** Opening Provided entries block **

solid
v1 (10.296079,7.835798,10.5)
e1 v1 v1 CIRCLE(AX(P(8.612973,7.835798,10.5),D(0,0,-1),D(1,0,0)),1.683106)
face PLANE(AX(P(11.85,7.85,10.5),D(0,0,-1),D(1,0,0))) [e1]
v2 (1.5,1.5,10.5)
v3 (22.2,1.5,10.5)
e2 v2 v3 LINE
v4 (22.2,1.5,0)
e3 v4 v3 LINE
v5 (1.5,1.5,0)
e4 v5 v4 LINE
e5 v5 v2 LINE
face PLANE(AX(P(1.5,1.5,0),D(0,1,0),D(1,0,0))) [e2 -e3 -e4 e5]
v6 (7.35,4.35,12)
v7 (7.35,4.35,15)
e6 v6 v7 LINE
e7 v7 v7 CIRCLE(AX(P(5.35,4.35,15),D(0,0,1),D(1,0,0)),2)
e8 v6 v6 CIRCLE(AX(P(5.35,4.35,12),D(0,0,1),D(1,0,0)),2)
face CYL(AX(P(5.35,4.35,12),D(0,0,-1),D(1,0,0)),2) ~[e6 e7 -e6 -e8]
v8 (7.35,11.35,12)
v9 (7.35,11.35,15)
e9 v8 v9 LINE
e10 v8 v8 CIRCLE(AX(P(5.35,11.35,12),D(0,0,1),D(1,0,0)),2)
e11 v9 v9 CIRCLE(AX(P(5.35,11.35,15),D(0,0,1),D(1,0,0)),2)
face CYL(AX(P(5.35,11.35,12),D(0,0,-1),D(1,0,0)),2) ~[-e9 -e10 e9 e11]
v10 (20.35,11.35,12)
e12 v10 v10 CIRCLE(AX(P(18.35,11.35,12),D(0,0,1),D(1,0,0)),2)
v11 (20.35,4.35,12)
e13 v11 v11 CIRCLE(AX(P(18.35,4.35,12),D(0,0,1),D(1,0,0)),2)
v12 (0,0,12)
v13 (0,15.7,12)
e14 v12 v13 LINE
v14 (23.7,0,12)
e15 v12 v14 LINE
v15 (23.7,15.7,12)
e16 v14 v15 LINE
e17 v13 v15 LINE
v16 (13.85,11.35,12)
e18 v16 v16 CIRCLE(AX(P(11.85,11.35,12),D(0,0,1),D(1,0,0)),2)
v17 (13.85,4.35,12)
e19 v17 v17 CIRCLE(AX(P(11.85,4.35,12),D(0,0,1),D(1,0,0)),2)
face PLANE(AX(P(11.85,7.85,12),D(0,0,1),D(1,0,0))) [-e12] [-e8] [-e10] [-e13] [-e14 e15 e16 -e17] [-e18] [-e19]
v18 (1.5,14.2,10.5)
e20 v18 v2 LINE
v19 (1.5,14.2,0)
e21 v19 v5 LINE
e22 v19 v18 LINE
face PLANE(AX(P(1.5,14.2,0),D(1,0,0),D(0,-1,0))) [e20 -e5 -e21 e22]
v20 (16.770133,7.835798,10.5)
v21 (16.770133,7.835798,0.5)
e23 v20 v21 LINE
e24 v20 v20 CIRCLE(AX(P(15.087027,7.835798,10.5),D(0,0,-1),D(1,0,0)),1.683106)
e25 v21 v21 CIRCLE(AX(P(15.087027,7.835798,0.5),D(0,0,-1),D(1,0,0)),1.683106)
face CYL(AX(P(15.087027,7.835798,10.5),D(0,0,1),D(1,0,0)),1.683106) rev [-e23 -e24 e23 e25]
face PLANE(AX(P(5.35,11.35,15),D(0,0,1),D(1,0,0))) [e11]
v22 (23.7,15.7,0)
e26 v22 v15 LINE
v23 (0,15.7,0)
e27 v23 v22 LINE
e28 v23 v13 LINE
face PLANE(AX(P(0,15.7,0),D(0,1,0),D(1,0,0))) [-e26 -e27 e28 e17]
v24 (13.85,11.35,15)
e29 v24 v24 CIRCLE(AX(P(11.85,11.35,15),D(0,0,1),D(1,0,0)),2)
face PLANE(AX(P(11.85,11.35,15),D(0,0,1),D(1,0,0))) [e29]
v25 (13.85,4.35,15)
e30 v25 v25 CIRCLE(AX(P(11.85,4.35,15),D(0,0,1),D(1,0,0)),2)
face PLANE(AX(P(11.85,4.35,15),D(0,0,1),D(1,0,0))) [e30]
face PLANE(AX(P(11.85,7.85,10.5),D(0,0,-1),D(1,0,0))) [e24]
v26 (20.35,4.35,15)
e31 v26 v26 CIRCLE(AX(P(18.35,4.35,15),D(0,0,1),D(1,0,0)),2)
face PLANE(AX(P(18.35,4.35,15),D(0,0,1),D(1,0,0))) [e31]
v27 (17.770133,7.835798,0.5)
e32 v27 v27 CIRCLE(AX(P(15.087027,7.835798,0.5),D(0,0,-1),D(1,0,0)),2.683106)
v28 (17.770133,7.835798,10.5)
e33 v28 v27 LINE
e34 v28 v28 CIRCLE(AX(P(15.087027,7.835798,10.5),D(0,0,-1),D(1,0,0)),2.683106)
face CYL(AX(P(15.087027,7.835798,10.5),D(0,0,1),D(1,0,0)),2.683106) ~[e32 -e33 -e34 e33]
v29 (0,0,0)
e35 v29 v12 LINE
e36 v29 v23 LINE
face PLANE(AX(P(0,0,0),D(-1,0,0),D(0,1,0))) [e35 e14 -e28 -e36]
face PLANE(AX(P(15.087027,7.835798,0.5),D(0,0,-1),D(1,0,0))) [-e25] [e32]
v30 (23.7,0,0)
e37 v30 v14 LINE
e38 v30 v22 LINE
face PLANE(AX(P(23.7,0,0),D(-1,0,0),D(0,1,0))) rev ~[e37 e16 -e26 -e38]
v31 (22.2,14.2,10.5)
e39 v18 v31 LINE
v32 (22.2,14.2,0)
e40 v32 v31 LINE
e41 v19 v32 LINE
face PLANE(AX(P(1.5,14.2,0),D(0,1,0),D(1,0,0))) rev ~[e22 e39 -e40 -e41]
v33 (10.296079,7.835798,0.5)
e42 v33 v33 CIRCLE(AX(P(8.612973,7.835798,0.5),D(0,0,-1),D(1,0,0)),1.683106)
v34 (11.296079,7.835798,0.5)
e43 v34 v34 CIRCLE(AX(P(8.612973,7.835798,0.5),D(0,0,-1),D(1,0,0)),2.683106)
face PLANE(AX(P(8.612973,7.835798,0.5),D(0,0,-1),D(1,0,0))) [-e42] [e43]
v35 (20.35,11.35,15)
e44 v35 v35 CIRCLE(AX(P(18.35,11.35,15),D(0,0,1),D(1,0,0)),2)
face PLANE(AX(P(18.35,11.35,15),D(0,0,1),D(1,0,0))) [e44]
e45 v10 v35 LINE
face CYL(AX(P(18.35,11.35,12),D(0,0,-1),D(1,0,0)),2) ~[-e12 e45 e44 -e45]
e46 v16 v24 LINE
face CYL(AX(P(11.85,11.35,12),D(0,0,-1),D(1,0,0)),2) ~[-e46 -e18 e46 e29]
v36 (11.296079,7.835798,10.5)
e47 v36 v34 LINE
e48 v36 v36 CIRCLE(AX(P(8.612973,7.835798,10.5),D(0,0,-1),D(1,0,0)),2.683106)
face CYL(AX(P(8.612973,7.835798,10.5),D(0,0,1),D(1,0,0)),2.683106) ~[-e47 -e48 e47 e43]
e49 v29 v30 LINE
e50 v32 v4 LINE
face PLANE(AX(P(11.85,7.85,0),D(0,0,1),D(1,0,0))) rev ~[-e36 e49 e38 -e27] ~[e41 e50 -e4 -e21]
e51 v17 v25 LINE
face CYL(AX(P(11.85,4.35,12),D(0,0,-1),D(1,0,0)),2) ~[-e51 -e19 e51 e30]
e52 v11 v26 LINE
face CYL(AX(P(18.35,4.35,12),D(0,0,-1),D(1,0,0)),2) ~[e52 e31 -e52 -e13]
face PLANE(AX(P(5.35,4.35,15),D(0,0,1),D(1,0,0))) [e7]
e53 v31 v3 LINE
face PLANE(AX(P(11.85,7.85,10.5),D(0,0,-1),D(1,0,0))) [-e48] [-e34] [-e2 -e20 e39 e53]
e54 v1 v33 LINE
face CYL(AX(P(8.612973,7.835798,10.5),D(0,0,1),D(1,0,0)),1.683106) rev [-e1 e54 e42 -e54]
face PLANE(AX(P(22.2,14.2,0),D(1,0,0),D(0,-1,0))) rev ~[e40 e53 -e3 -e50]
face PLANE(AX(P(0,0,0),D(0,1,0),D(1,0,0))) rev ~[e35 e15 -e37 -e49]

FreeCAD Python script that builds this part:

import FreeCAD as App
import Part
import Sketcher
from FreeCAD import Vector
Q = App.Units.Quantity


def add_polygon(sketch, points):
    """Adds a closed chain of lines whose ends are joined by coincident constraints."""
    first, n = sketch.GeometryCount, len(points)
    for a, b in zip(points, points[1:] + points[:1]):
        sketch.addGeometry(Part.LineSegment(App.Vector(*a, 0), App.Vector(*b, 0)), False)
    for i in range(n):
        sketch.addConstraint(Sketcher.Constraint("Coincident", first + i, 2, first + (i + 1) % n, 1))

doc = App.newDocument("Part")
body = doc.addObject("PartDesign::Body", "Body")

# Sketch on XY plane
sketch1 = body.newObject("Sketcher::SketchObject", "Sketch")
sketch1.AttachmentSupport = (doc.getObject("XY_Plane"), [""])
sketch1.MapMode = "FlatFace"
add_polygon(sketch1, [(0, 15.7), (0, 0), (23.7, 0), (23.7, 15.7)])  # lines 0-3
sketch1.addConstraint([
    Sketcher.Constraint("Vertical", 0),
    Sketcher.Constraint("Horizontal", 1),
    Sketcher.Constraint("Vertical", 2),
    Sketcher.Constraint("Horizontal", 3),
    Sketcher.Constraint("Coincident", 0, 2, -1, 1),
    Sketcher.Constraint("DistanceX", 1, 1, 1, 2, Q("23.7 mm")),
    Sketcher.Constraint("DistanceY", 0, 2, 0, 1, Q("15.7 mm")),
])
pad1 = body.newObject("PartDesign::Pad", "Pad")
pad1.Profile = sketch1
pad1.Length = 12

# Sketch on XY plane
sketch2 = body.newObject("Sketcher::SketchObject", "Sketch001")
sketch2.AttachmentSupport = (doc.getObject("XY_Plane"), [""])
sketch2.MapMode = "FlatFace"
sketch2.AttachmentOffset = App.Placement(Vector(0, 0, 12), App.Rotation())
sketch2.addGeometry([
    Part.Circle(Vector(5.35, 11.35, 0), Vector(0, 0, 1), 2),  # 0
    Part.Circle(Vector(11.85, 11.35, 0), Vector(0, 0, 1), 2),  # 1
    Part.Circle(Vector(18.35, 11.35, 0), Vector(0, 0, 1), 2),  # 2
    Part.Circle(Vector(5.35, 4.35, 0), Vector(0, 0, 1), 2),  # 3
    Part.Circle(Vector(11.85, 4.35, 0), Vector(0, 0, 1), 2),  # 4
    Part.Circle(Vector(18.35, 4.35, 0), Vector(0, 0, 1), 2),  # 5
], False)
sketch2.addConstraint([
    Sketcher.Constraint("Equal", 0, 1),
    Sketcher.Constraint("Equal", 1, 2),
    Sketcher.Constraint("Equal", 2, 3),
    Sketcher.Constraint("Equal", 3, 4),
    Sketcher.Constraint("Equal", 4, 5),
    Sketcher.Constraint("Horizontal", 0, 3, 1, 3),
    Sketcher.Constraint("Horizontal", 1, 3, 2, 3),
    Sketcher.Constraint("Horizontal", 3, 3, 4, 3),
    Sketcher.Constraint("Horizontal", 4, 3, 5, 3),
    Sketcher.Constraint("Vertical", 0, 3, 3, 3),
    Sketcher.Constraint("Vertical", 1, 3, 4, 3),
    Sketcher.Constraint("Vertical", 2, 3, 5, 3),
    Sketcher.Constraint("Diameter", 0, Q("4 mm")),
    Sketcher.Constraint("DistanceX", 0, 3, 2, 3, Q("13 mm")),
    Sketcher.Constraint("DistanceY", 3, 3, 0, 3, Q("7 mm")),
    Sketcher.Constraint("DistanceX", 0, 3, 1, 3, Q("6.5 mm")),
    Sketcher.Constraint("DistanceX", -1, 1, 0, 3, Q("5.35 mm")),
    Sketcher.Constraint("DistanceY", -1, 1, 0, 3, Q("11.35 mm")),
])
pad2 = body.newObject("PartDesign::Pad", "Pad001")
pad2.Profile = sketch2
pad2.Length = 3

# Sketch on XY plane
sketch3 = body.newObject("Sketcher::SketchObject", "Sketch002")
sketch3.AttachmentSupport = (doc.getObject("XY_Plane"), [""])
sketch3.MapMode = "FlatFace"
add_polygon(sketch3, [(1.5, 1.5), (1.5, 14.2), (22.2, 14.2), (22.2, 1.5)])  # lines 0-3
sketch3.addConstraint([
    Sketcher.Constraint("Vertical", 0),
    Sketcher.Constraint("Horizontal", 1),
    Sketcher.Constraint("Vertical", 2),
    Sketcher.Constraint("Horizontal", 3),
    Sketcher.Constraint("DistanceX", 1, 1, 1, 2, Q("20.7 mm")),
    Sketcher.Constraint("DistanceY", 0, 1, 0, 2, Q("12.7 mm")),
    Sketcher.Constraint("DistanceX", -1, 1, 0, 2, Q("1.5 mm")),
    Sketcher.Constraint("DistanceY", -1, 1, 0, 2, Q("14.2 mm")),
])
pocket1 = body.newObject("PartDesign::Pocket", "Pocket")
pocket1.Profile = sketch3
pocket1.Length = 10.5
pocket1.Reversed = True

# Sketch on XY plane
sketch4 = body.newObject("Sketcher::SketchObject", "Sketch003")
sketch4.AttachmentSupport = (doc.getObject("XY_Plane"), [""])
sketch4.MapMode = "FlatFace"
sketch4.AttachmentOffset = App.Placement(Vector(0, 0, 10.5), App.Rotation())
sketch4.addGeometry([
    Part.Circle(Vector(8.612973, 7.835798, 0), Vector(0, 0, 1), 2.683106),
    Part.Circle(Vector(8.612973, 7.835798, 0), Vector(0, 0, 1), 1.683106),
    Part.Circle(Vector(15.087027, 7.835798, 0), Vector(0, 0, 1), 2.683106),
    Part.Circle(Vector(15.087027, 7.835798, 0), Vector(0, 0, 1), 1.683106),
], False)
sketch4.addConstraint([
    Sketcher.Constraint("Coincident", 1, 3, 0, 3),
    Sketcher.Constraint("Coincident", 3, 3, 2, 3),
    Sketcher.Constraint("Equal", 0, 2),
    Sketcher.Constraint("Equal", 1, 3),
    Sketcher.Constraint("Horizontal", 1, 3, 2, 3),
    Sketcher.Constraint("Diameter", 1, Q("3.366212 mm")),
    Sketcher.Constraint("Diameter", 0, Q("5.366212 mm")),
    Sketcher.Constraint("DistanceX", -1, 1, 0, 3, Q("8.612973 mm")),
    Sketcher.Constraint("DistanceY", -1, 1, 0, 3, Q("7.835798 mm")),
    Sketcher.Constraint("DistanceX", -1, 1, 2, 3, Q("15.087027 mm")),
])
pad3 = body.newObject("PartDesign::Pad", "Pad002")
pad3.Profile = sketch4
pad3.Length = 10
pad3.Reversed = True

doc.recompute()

** Closing Provided entries block **
** Opening Provided entries block **

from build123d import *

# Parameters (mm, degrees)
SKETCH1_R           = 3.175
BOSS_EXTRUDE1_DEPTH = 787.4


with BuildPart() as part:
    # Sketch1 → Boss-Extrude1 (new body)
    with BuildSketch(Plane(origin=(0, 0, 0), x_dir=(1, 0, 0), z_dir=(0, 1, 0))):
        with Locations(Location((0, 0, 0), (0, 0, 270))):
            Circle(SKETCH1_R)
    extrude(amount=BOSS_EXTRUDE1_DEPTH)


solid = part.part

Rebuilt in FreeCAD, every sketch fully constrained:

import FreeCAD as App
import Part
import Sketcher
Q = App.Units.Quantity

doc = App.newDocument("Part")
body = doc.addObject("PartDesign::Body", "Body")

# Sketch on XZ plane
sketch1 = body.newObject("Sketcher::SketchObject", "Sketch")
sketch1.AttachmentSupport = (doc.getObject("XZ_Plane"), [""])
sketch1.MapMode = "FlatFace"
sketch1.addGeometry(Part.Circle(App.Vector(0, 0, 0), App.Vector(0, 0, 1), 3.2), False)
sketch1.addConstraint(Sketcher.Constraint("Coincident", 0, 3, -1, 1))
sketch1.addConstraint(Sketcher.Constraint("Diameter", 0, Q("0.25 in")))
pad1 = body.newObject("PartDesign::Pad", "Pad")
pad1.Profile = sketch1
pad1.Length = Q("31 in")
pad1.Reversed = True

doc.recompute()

** Closing Provided entries block **

## Task directions:
Begin at the line that has "e38 v30 v22 LINE" in the entries above; stop after the line that has "face CYL(AX(P(18.35,4.35,12),D(0,0,-1),D(1,0,0)),2) ~[e52". Transcribe exactly those lines and no others.

## Answer for this exercise:
e38 v30 v22 LINE
face PLANE(AX(P(23.7,0,0),D(-1,0,0),D(0,1,0))) rev ~[e37 e16 -e26 -e38]
v31 (22.2,14.2,10.5)
e39 v18 v31 LINE
v32 (22.2,14.2,0)
e40 v32 v31 LINE
e41 v19 v32 LINE
face PLANE(AX(P(1.5,14.2,0),D(0,1,0),D(1,0,0))) rev ~[e22 e39 -e40 -e41]
v33 (10.296079,7.835798,0.5)
e42 v33 v33 CIRCLE(AX(P(8.612973,7.835798,0.5),D(0,0,-1),D(1,0,0)),1.683106)
v34 (11.296079,7.835798,0.5)
e43 v34 v34 CIRCLE(AX(P(8.612973,7.835798,0.5),D(0,0,-1),D(1,0,0)),2.683106)
face PLANE(AX(P(8.612973,7.835798,0.5),D(0,0,-1),D(1,0,0))) [-e42] [e43]
v35 (20.35,11.35,15)
e44 v35 v35 CIRCLE(AX(P(18.35,11.35,15),D(0,0,1),D(1,0,0)),2)
face PLANE(AX(P(18.35,11.35,15),D(0,0,1),D(1,0,0))) [e44]
e45 v10 v35 LINE
face CYL(AX(P(18.35,11.35,12),D(0,0,-1),D(1,0,0)),2) ~[-e12 e45 e44 -e45]
e46 v16 v24 LINE
face CYL(AX(P(11.85,11.35,12),D(0,0,-1),D(1,0,0)),2) ~[-e46 -e18 e46 e29]
v36 (11.296079,7.835798,10.5)
e47 v36 v34 LINE
e48 v36 v36 CIRCLE(AX(P(8.612973,7.835798,10.5),D(0,0,-1),D(1,0,0)),2.683106)
face CYL(AX(P(8.612973,7.835798,10.5),D(0,0,1),D(1,0,0)),2.683106) ~[-e47 -e48 e47 e43]
e49 v29 v30 LINE
e50 v32 v4 LINE
face PLANE(AX(P(11.85,7.85,0),D(0,0,1),D(1,0,0))) rev ~[-e36 e49 e38 -e27] ~[e41 e50 -e4 -e21]
e51 v17 v25 LINE
face CYL(AX(P(11.85,4.35,12),D(0,0,-1),D(1,0,0)),2) ~[-e51 -e19 e51 e30]
e52 v11 v26 LINE
face CYL(AX(P(18.35,4.35,12),D(0,0,-1),D(1,0,0)),2) ~[e52 e31 -e52 -e13]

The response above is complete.